Thank you and Blakely for sharing her story. Maybe it will help other young women make the right choices in their lives.
-- Arnitta M. Lawson, College Park
Safe at home
Thank you for the article "Learning to hit a lick" (March 4 and 11). It tells the real story of what is going on in our society today. My 16-year-old walked away from home Feb. 22, 2004. For some reason, she feels I hate her and would be happier without her. She is the baby of three girls and I have struggled as a young mother to provide the best home I possibly could.
It is a possibility that some man would tell her something she wanted to hear, convince her he would take care of her and eventually begin to pimp her.
I hope my child is OK and something like this doesn't happen to her. Hopefully she will realize that life on the streets is not a good thing and come back home.
-- Renee Lenoir, Dunwoody
Make or break
This story was so hard to believe ("Learning to hit a lick," March 4 and 11). I try daily to inspire young innocent women and girls that they do not need a man to give them definition or purpose. I fought parents for not telling their little girls and boys "I love you," "God loves you" and that they are beautiful.
I have boys and I tell, teach and live in their sight, as a woman, who dares not be disrespected by anyone, who is intelligent, a woman who loves God, with all my heart, mind and soul. And with them seeing this, they know and will seek someone similar to their mom. I pray for Falicia; that she seek God's forgiveness first, then the families of those she hurt, and especially her son. For now, he will carry her scars for the rest of his life, but it can make or break him.
-- Darlene Milhouse, Decatur
If, as Bob Barr suggests, most Georgians don't share the Libertarian policy of loosening anti-drug laws (News & Views, "Ready for Prime Time," March 4), it might be because of a certain lawmaker's use of that old "we're lynching real witches this time around" trick.
-- Arland Miller, Lawrenceville
Tell them about it
Thank you for "Blinded by the G's" (News & Views, March 4). Many of the pregnant women have no place to turn after July 1 when they are cut from Medicaid. Prior to the increase in Medicaid income eligibility, there were some safety nets in place. County boards of health provided prenatal clinics. That infrastructure has been dismantled as women chose private providers, and funding for boards of health has been cut drastically over the last several years.

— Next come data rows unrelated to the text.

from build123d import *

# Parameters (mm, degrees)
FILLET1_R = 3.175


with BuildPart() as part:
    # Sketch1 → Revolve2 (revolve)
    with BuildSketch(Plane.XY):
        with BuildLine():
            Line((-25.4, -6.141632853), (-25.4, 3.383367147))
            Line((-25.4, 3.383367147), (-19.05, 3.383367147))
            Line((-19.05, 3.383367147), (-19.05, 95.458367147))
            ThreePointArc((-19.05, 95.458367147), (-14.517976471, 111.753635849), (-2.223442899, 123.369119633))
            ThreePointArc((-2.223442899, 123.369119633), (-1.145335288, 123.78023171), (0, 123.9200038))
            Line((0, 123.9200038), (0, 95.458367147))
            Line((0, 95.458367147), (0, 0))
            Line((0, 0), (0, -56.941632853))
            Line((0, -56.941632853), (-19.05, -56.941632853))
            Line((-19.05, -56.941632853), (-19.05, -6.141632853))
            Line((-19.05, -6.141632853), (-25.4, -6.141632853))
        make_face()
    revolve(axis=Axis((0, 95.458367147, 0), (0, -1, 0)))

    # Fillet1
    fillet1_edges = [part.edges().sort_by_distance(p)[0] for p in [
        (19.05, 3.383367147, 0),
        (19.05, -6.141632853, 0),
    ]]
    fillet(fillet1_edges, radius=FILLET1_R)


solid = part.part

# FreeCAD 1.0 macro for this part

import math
import FreeCAD as App
import Part
import Sketcher
Q = App.Units.Quantity


def edges_at(feature, points):
    """Names of the edges that pass closest to the given points."""
    edges = feature.Shape.Edges
    near = lambda p: min(range(len(edges)), key=lambda i: edges[i].distToShape(Part.Vertex(*p))[0])
    return sorted({f"Edge{near(p) + 1}" for p in points})

doc = App.newDocument("Part")
body = doc.addObject("PartDesign::Body", "Body")

# Sketch on XY plane
sketch1 = body.newObject("Sketcher::SketchObject", "Sketch")
sketch1.AttachmentSupport = (doc.getObject("XY_Plane"), [""])
sketch1.MapMode = "FlatFace"
sketch1.addGeometry(Part.LineSegment(App.Vector(-25.4, 3.4, 0), App.Vector(-25.4, -6.1, 0)), False)
sketch1.addGeometry(Part.LineSegment(App.Vector(-25.4, -6.1, 0), App.Vector(-19.1, -6.1, 0)), False)
sketch1.addGeometry(Part.LineSegment(App.Vector(-19.1, -6.1, 0), App.Vector(-19.1, -56.9, 0)), False)
sketch1.addGeometry(Part.LineSegment(App.Vector(-19.1, -56.9, 0), App.Vector(0, -56.9, 0)), False)
sketch1.addGeometry(Part.LineSegment(App.Vector(0, -56.9, 0), App.Vector(0, 123.9, 0)), False)
sketch1.addGeometry(Part.ArcOfCircle(Part.Circle(App.Vector(0, 119.2, 0), App.Vector(0, 0, 1), 4.8), math.radians(90), math.radians(118)), False)
sketch1.addGeometry(Part.ArcOfCircle(Part.Circle(App.Vector(12.5, 95.5, 0), App.Vector(0, 0, 1), 31.6), math.radians(118), math.radians(180)), False)
sketch1.addGeometry(Part.LineSegment(App.Vector(-19.1, 95.5, 0), App.Vector(-19.1, 3.4, 0)), False)
sketch1.addGeometry(Part.LineSegment(App.Vector(-19.1, 3.4, 0), App.Vector(-25.4, 3.4, 0)), False)
sketch1.addConstraint(Sketcher.Constraint("Coincident", 0, 2, 1, 1))
sketch1.addConstraint(Sketcher.Constraint("Coincident", 1, 2, 2, 1))
sketch1.addConstraint(Sketcher.Constraint("Coincident", 2, 2, 3, 1))
sketch1.addConstraint(Sketcher.Constraint("Coincident", 3, 2, 4, 1))
sketch1.addConstraint(Sketcher.Constraint("Coincident", 4, 2, 5, 1))
sketch1.addConstraint(Sketcher.Constraint("Tangent", 5, 2, 6, 1))
sketch1.addConstraint(Sketcher.Constraint("Tangent", 6, 2, 7, 1))
sketch1.addConstraint(Sketcher.Constraint("Coincident", 7, 2, 8, 1))
sketch1.addConstraint(Sketcher.Constraint("Coincident", 8, 2, 0, 1))
sketch1.addConstraint(Sketcher.Constraint("Vertical", 0))
sketch1.addConstraint(Sketcher.Constraint("Horizontal", 1))
sketch1.addConstraint(Sketcher.Constraint("Vertical", 2))
sketch1.addConstraint(Sketcher.Constraint("Horizontal", 3))
sketch1.addConstraint(Sketcher.Constraint("Vertical", 4))
sketch1.addConstraint(Sketcher.Constraint("Vertical", 7))
sketch1.addConstraint(Sketcher.Constraint("Horizontal", 8))
sketch1.addConstraint(Sketcher.Constraint("PointOnObject", 5, 3, -2))
sketch1.addConstraint(Sketcher.Constraint("PointOnObject", 3, 2, -2))
sketch1.addConstraint(Sketcher.Constraint("Vertical", 2, 2, 6, 2))
sketch1.addConstraint(Sketcher.Constraint("DistanceY", 2, 2, 2, 1, Q("2 in")))
sketch1.addConstraint(Sketcher.Constraint("DistanceX", 0, 2, -1, 1, Q("1 in")))
sketch1.addConstraint(Sketcher.Constraint("Radius", 5, Q("0.1875 in")))
sketch1.addConstraint(Sketcher.Constraint("DistanceY", 0, 2, 6, 3, Q("4 in")))
sketch1.addConstraint(Sketcher.Constraint("DistanceX", 1, 1, 1, 2, Q("0.25 in")))
sketch1.addConstraint(Sketcher.Constraint("DistanceY", 0, 2, 0, 1, Q("0.375 in")))
sketch1.addConstraint(Sketcher.Constraint("Radius", 6, Q("31.561511 mm")))
sketch1.addConstraint(Sketcher.Constraint("DistanceY", -1, 1, 5, 2, Q("123.36912 mm")))
revolution = body.newObject("PartDesign::Revolution", "Revolution")
revolution.Profile = sketch1
revolution.ReferenceAxis = (sketch1, ["V_Axis"])
revolution.Angle = 360
doc.recompute()

fillet = body.newObject("PartDesign::Fillet", "Fillet")
fillet.Base = (revolution, edges_at(revolution, [(19.05, 3.383, 0), (19.05, -6.142, 0)]))
fillet.Radius = Q("0.125 in")

doc.recompute()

Additionally, agreements made for "low-cost" delivery packages by the boards were no longer needed, so again, they no longer exist. And finally, in public hospitals, deliveries decreased by about 50 percent as women chose more convenient community hospitals.

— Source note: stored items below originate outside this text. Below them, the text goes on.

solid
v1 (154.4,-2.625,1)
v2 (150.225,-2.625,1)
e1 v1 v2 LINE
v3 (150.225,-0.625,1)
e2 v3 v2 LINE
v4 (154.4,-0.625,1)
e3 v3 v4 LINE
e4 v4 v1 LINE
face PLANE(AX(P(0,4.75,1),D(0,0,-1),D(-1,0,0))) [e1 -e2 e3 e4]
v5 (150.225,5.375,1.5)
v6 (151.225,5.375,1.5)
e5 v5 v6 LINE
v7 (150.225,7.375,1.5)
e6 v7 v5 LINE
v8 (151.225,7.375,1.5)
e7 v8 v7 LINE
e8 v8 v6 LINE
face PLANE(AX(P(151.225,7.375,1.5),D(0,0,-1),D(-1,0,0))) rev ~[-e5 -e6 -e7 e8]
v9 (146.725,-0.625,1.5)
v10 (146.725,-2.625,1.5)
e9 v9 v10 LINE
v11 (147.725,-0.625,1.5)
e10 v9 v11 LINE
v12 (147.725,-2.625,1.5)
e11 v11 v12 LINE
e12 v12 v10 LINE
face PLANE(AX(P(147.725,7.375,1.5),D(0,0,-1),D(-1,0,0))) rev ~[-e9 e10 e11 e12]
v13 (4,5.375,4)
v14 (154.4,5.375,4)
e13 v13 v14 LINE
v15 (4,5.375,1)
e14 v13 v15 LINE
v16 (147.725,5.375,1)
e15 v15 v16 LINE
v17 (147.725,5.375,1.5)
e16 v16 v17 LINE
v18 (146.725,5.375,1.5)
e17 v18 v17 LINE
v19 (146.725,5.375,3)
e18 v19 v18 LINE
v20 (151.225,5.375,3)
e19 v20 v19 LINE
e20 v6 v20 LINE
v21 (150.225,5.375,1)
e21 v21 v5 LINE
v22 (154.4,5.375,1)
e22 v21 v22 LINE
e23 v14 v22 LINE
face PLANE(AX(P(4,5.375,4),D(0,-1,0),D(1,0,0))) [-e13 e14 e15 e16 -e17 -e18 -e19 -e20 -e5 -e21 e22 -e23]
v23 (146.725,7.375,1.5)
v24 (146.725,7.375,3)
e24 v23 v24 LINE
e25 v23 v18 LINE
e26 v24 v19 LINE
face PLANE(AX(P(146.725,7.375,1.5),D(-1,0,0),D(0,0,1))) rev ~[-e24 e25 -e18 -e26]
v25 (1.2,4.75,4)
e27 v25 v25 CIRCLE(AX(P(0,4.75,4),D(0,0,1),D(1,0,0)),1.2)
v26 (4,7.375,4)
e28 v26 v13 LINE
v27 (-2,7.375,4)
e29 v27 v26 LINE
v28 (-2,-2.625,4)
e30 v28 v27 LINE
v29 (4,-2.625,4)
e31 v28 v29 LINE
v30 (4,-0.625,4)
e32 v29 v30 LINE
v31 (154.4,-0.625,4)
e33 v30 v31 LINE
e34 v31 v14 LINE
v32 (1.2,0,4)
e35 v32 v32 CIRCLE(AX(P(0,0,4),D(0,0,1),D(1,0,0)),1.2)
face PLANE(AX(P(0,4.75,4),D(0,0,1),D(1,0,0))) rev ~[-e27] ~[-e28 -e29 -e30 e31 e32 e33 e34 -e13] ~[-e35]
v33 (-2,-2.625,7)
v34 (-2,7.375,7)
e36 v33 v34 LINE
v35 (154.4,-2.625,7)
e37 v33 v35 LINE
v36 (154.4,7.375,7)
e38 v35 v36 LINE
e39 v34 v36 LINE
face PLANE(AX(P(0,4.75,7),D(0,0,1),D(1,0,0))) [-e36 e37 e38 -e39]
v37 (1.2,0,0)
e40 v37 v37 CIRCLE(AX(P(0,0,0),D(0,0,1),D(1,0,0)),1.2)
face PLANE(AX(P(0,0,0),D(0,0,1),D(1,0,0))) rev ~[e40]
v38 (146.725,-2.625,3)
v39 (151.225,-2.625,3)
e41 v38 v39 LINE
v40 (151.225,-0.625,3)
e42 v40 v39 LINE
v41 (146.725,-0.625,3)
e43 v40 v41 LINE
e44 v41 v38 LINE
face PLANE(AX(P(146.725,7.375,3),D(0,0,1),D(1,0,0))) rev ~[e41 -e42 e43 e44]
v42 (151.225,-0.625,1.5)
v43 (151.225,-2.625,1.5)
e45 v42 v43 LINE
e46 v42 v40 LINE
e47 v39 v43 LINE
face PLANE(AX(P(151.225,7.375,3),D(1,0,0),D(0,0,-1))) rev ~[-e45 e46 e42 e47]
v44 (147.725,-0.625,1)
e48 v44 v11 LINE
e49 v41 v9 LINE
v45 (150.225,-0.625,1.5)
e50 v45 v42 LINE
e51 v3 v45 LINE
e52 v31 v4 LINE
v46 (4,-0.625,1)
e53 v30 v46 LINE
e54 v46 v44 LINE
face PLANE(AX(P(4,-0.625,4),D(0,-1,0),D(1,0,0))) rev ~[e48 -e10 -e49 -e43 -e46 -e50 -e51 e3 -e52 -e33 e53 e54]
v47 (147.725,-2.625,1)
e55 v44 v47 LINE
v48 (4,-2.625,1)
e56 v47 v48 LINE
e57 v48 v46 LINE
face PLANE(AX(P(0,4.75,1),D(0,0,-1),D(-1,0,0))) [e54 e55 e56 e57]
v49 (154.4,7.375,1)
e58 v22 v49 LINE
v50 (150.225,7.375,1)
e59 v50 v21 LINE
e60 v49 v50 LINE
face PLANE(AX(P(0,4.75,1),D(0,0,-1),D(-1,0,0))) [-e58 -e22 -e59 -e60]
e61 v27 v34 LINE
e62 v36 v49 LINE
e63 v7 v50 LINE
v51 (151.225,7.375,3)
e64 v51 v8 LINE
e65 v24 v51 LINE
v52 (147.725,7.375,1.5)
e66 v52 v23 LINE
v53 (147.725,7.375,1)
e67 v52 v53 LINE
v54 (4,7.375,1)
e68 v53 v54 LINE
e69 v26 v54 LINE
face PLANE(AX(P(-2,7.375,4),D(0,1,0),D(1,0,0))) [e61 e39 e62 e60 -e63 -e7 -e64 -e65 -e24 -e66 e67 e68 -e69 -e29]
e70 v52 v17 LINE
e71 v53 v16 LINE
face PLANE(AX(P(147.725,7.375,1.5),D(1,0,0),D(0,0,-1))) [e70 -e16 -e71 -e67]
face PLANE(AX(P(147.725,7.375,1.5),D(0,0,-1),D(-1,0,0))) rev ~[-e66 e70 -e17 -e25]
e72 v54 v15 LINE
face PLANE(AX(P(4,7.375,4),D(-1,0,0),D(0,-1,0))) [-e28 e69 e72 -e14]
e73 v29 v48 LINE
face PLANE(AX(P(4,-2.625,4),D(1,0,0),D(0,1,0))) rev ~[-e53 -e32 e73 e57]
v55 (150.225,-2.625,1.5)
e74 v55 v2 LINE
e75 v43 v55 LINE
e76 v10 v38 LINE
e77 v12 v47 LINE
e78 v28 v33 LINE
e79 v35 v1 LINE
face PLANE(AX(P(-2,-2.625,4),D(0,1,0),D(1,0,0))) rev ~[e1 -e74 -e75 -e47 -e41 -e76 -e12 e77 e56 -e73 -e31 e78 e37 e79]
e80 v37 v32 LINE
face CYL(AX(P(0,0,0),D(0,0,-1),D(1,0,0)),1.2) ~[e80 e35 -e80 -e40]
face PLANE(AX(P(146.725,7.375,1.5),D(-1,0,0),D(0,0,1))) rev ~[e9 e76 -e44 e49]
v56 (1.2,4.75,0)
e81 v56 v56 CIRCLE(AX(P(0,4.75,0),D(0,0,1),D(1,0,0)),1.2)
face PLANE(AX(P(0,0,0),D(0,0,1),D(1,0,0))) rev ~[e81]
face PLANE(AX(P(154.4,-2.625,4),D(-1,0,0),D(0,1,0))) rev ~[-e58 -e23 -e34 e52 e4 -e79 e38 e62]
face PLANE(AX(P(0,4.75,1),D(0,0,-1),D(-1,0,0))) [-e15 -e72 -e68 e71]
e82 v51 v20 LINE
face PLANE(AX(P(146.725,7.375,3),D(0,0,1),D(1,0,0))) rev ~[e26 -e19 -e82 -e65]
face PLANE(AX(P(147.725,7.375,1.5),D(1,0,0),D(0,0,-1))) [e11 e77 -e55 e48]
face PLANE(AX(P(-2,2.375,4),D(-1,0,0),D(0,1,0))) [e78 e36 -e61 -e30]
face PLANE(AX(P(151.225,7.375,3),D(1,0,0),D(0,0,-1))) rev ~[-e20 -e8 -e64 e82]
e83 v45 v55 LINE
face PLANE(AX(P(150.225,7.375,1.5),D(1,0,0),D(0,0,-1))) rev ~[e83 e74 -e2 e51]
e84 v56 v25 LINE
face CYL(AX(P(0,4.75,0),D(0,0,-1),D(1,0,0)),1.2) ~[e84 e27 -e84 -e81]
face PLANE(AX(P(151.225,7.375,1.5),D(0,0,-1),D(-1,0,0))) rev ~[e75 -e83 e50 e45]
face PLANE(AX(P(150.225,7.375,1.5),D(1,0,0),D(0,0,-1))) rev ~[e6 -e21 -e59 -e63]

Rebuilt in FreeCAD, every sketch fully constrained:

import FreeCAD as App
import Part
import Sketcher
from FreeCAD import Vector


def add_polygon(sketch, points):
    """Adds a closed chain of lines whose ends are joined by coincident constraints."""
    first, n = sketch.GeometryCount, len(points)
    for a, b in zip(points, points[1:] + points[:1]):
        sketch.addGeometry(Part.LineSegment(App.Vector(*a, 0), App.Vector(*b, 0)), False)
    for i in range(n):
        sketch.addConstraint(Sketcher.Constraint("Coincident", first + i, 2, first + (i + 1) % n, 1))

doc = App.newDocument("Part")
body = doc.addObject("PartDesign::Body", "Body")
body.AllowCompound = True

# Sketch on XY plane
sketch1 = body.newObject("Sketcher::SketchObject", "Sketch")
sketch1.AttachmentSupport = (doc.getObject("XY_Plane"), [""])
sketch1.MapMode = "FlatFace"
sketch1.addGeometry(Part.Circle(Vector(0, 0, 0), Vector(0, 0, 1), 1.2), False)
sketch1.addGeometry(Part.Circle(Vector(0, 4.8, 0), Vector(0, 0, 1), 1.2), False)
sketch1.addConstraint(Sketcher.Constraint("Coincident", 0, 3, -1, 1))
sketch1.addConstraint(Sketcher.Constraint("Equal", 0, 1))
sketch1.addConstraint(Sketcher.Constraint("PointOnObject", 1, 3, -2))
sketch1.addConstraint(Sketcher.Constraint("Diameter", 0, 2.4))
sketch1.addConstraint(Sketcher.Constraint("DistanceY", -1, 1, 1, 3, 4.75))
pad1 = body.newObject("PartDesign::Pad", "Pad")
pad1.Profile = sketch1
pad1.Length = 4

# Sketch on XY plane
sketch2 = body.newObject("Sketcher::SketchObject", "Sketch001")
sketch2.AttachmentSupport = (doc.getObject("XY_Plane"), [""])
sketch2.MapMode = "FlatFace"
sketch2.AttachmentOffset = App.Placement(Vector(0, 0, 4), App.Rotation())
add_polygon(sketch2, [(-2, 7), (-2, -3), (154, -3), (154, 7)])  # lines 0-3
sketch2.addConstraint(Sketcher.Constraint("Vertical", 0))
sketch2.addConstraint(Sketcher.Constraint("Horizontal", 1))
sketch2.addConstraint(Sketcher.Constraint("Vertical", 2))
sketch2.addConstraint(Sketcher.Constraint("Horizontal", 3))
sketch2.addConstraint(Sketcher.Constraint("DistanceX", 1, 1, 1, 2, 156.4))
sketch2.addConstraint(Sketcher.Constraint("DistanceX", 0, 2, -1, 1, 2.0))
sketch2.addConstraint(Sketcher.Constraint("DistanceY", 0, 2, 0, 1, 10.0))
sketch2.addConstraint(Sketcher.Constraint("DistanceY", 0, 2, -1, 1, 2.625))
pad2 = body.newObject("PartDesign::Pad", "Pad001")
pad2.Profile = sketch2
pad2.Length = 3

# Sketch on XY plane
sketch3 = body.newObject("Sketcher::SketchObject", "Sketch002")
sketch3.AttachmentSupport = (doc.getObject("XY_Plane"), [""])
sketch3.MapMode = "FlatFace"
sketch3.AttachmentOffset = App.Placement(Vector(0, 0, 4), App.Rotation())
add_polygon(sketch3, [(4, 7.4), (154.4, 7.4), (154.4, 5.4), (4, 5.4)])  # lines 0-3
add_polygon(sketch3, [(154.4, -2.6), (4, -2.6), (4, -0.6), (154.4, -0.6)])  # lines 4-7
sketch3.addConstraint(Sketcher.Constraint("Horizontal", 0))
sketch3.addConstraint(Sketcher.Constraint("Vertical", 1))
sketch3.addConstraint(Sketcher.Constraint("Horizontal", 2))
sketch3.addConstraint(Sketcher.Constraint("Vertical", 3))
sketch3.addConstraint(Sketcher.Constraint("Horizontal", 4))
sketch3.addConstraint(Sketcher.Constraint("Vertical", 5))
sketch3.addConstraint(Sketcher.Constraint("Horizontal", 6))
sketch3.addConstraint(Sketcher.Constraint("Vertical", 7))
sketch3.addConstraint(Sketcher.Constraint("Vertical", 3, 2, 4, 2))
sketch3.addConstraint(Sketcher.Constraint("Vertical", 1, 2, 6, 2))
sketch3.addConstraint(Sketcher.Constraint("Equal", 3, 5))
sketch3.addConstraint(Sketcher.Constraint("DistanceY", 1, 2, 1, 1, 2.0))
sketch3.addConstraint(Sketcher.Constraint("DistanceX", 0, 1, 0, 2, 150.4))
sketch3.addConstraint(Sketcher.Constraint("DistanceX", -1, 1, 2, 2, 4.0))
sketch3.addConstraint(Sketcher.Constraint("DistanceY", 4, 2, 2, 2, 8.0))
sketch3.addConstraint(Sketcher.Constraint("DistanceY", -1, 1, 0, 2, 7.375))
pad3 = body.newObject("PartDesign::Pad", "Pad002")
pad3.Profile = sketch3
pad3.Length = 3
pad3.Reversed = True

# Sketch on XZ plane
sketch4 = body.newObject("Sketcher::SketchObject", "Sketch003")
sketch4.AttachmentSupport = (doc.getObject("XZ_Plane"), [""])
sketch4.MapMode = "FlatFace"
sketch4.AttachmentOffset = App.Placement(Vector(0, 0, -7.375), App.Rotation())
add_polygon(sketch4, [(147.7, 1), (147.7, 1.5), (146.7, 1.5), (146.7, 3), (151.2, 3), (151.2, 1.5), (150.2, 1.5), (150.2, 1)])  # lines 0-7
sketch4.addConstraint(Sketcher.Constraint("Vertical", 0))
sketch4.addConstraint(Sketcher.Constraint("Horizontal", 1))
sketch4.addConstraint(Sketcher.Constraint("Vertical", 2))
sketch4.addConstraint(Sketcher.Constraint("Horizontal", 3))
sketch4.addConstraint(Sketcher.Constraint("Vertical", 4))
sketch4.addConstraint(Sketcher.Constraint("Horizontal", 5))
sketch4.addConstraint(Sketcher.Constraint("Vertical", 6))
sketch4.addConstraint(Sketcher.Constraint("Horizontal", 7))
sketch4.addConstraint(Sketcher.Constraint("Horizontal", 1, 2, 4, 2))
sketch4.addConstraint(Sketcher.Constraint("Equal", 1, 5))
sketch4.addConstraint(Sketcher.Constraint("DistanceX", 1, 2, 1, 1, 1.0))
sketch4.addConstraint(Sketcher.Constraint("DistanceY", 0, 1, 0, 2, 0.5))
sketch4.addConstraint(Sketcher.Constraint("DistanceY", 2, 1, 2, 2, 1.5))
sketch4.addConstraint(Sketcher.Constraint("DistanceY", -1, 1, 6, 2, 1.0))
sketch4.addConstraint(Sketcher.Constraint("DistanceX", 3, 1, 3, 2, 4.5))
sketch4.addConstraint(Sketcher.Constraint("DistanceX", -1, 1, 0, 2, 147.725))
pocket1 = body.newObject("PartDesign::Pocket", "Pocket")
pocket1.Profile = sketch4
pocket1.Length = 10
pocket1.Reversed = True

doc.recompute()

As your article stated, many pregnant women will walk into a strange emergency room, putting themselves and their babies at risk and posing a challenge for staff. Surely the compassionate folk of Georgia do not want this to happen. Let's let our legislators know we care about Georgia babies. Encourage them to find the money for Medicaid.

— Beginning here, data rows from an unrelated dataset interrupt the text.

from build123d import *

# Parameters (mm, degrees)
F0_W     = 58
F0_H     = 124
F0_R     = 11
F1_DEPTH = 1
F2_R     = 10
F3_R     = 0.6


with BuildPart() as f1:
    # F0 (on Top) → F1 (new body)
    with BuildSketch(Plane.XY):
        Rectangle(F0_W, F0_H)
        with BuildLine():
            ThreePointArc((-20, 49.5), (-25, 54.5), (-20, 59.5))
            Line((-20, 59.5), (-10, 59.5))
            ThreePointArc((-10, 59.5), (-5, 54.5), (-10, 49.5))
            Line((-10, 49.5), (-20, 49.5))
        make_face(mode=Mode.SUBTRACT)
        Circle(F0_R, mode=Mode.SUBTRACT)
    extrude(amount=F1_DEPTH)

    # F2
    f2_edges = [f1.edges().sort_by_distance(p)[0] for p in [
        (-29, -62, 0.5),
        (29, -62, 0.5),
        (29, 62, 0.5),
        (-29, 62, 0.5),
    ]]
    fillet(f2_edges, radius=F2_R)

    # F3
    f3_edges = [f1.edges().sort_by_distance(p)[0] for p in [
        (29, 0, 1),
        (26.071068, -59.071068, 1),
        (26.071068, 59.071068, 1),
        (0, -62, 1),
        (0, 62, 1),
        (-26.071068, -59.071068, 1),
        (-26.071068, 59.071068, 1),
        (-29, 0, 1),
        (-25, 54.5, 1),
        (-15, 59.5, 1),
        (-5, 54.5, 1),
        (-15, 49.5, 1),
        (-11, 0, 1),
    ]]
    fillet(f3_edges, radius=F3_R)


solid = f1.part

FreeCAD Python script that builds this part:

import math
import FreeCAD as App
import Part
import Sketcher
from FreeCAD import Vector


def edges_at(feature, points):
    """Names of the edges that pass closest to the given points."""
    edges = feature.Shape.Edges
    near = lambda p: min(range(len(edges)), key=lambda i: edges[i].distToShape(Part.Vertex(*p))[0])
    return sorted({f"Edge{near(p) + 1}" for p in points})


def add_polygon(sketch, points):
    """Adds a closed chain of lines whose ends are joined by coincident constraints."""
    first, n = sketch.GeometryCount, len(points)
    for a, b in zip(points, points[1:] + points[:1]):
        sketch.addGeometry(Part.LineSegment(App.Vector(*a, 0), App.Vector(*b, 0)), False)
    for i in range(n):
        sketch.addConstraint(Sketcher.Constraint("Coincident", first + i, 2, first + (i + 1) % n, 1))

doc = App.newDocument("Part")
params = doc.addObject("Spreadsheet::Sheet", "Params")
for row, (alias, value) in enumerate([
    ("sketch1_diameter", "22 mm"),
    ("sketch1_radius", "5 mm"),
    ("sketch1_width", "58 mm"),
    ("sketch1_width2", "10 mm"),
    ("sketch1_height", "124 mm"),
    ("pad1_length", "1 mm"),
    ("fillet_radius", "10 mm"),
    ("fillet2_radius", "0.6 mm"),
], start=1):
    params.set(f"A{row}", alias)
    params.set(f"B{row}", "=" + value)
    params.setAlias(f"B{row}", alias)

body = doc.addObject("PartDesign::Body", "Body")

# Sketch on XY plane
sketch1 = body.newObject("Sketcher::SketchObject", "Sketch")
sketch1.AttachmentSupport = (doc.getObject("XY_Plane"), [""])
sketch1.MapMode = "FlatFace"
add_polygon(sketch1, [(-29, 62), (-29, -62), (29, -62), (29, 62)])  # lines 0-3
sketch1.addGeometry(Part.Circle(Vector(0, 0, 0), Vector(0, 0, 1), 11), False)  # 4
sketch1.addGeometry(Part.LineSegment(Vector(-10, 50, 0), Vector(-20, 50, 0)), False)  # 5
sketch1.addGeometry(Part.ArcOfCircle(Part.Circle(Vector(-20, 54, 0), Vector(0, 0, 1), 5), math.radians(90), math.radians(270)), False)  # 6
sketch1.addGeometry(Part.LineSegment(Vector(-20, 60, 0), Vector(-10, 60, 0)), False)  # 7
sketch1.addGeometry(Part.ArcOfCircle(Part.Circle(Vector(-10, 54, 0), Vector(0, 0, 1), 5), math.radians(-90), math.radians(90)), False)  # 8
sketch1.addConstraint([
    Sketcher.Constraint("Tangent", 5, 2, 6, 2),
    Sketcher.Constraint("Tangent", 6, 1, 7, 1),
    Sketcher.Constraint("Tangent", 7, 2, 8, 2),
    Sketcher.Constraint("Tangent", 8, 1, 5, 1),
    Sketcher.Constraint("Vertical", 0),
    Sketcher.Constraint("Horizontal", 1),
    Sketcher.Constraint("Vertical", 2),
    Sketcher.Constraint("Horizontal", 3),
    Sketcher.Constraint("Horizontal", 5),
    Sketcher.Constraint("Horizontal", 7),
    Sketcher.Constraint("Coincident", 4, 3, -1, 1),
    Sketcher.Constraint("Symmetric", 0, 2, 2, 2, -1, 1),
    Sketcher.Constraint("Diameter", 4, 22.0),
    Sketcher.Constraint("Radius", 6, 5.0),
    Sketcher.Constraint("DistanceX", 1, 1, 1, 2, 58.0),
    Sketcher.Constraint("DistanceX", 5, 2, 5, 1, 10.0),
    Sketcher.Constraint("DistanceY", 0, 2, 0, 1, 124.0),
    Sketcher.Constraint("DistanceX", 6, 3, -1, 1, 20.0),
    Sketcher.Constraint("DistanceY", -1, 1, 6, 3, 54.5),
])
sketch1.setExpression("Constraints[16]", "Params.sketch1_diameter")
sketch1.setExpression("Constraints[17]", "Params.sketch1_radius")
sketch1.setExpression("Constraints[18]", "Params.sketch1_width")
sketch1.setExpression("Constraints[19]", "Params.sketch1_width2")
sketch1.setExpression("Constraints[20]", "Params.sketch1_height")
pad1 = body.newObject("PartDesign::Pad", "Pad")
pad1.Profile = sketch1
pad1.setExpression("Length", "Params.pad1_length")
doc.recompute()

fillet = body.newObject("PartDesign::Fillet", "Fillet")
fillet.Base = (pad1, edges_at(pad1, [
    (-29, -62, 0.5),
    (29, -62, 0.5),
    (29, 62, 0.5),
    (-29, 62, 0.5),
]))
fillet.setExpression("Radius", "Params.fillet_radius")
doc.recompute()

fillet2 = body.newObject("PartDesign::Fillet", "Fillet001")
fillet2.Base = (fillet, edges_at(fillet, [
    (29, 0, 1),
    (26.071, -59.071, 1),
    (26.071, 59.071, 1),
    (0, -62, 1),
    (0, 62, 1),
    (-26.071, -59.071, 1),
    (-26.071, 59.071, 1),
    (-29, 0, 1),
    (-25, 54.5, 1),
    (-15, 59.5, 1),
    (-5, 54.5, 1),
    (-15, 49.5, 1),
    (-11, 0, 1),
]))
fillet2.setExpression("Radius", "Params.fillet2_radius")

doc.recompute()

-- Carolyn Wetzel, president
Healthy Mothers, Healthy Babies Coalition of Georgia
DEPARTMENT OF CORRECTIONS
A Sound Menu blurb in last week's issue confused a local band named Candy from Strangers with a San Francisco-based group of the same name. The Atlanta band, which plays original pop-rock, performed March 13 at Smith's Olde Bar. The San Francisco band, which plays '80s pop, performs June 11 at 10 High in Atlanta.
Due to a production error, CL published an incorrect photo for "Scalawag of the Week" in last week's issue. The photo should have been of state Sen. Casey Cagle, R-Gainesville.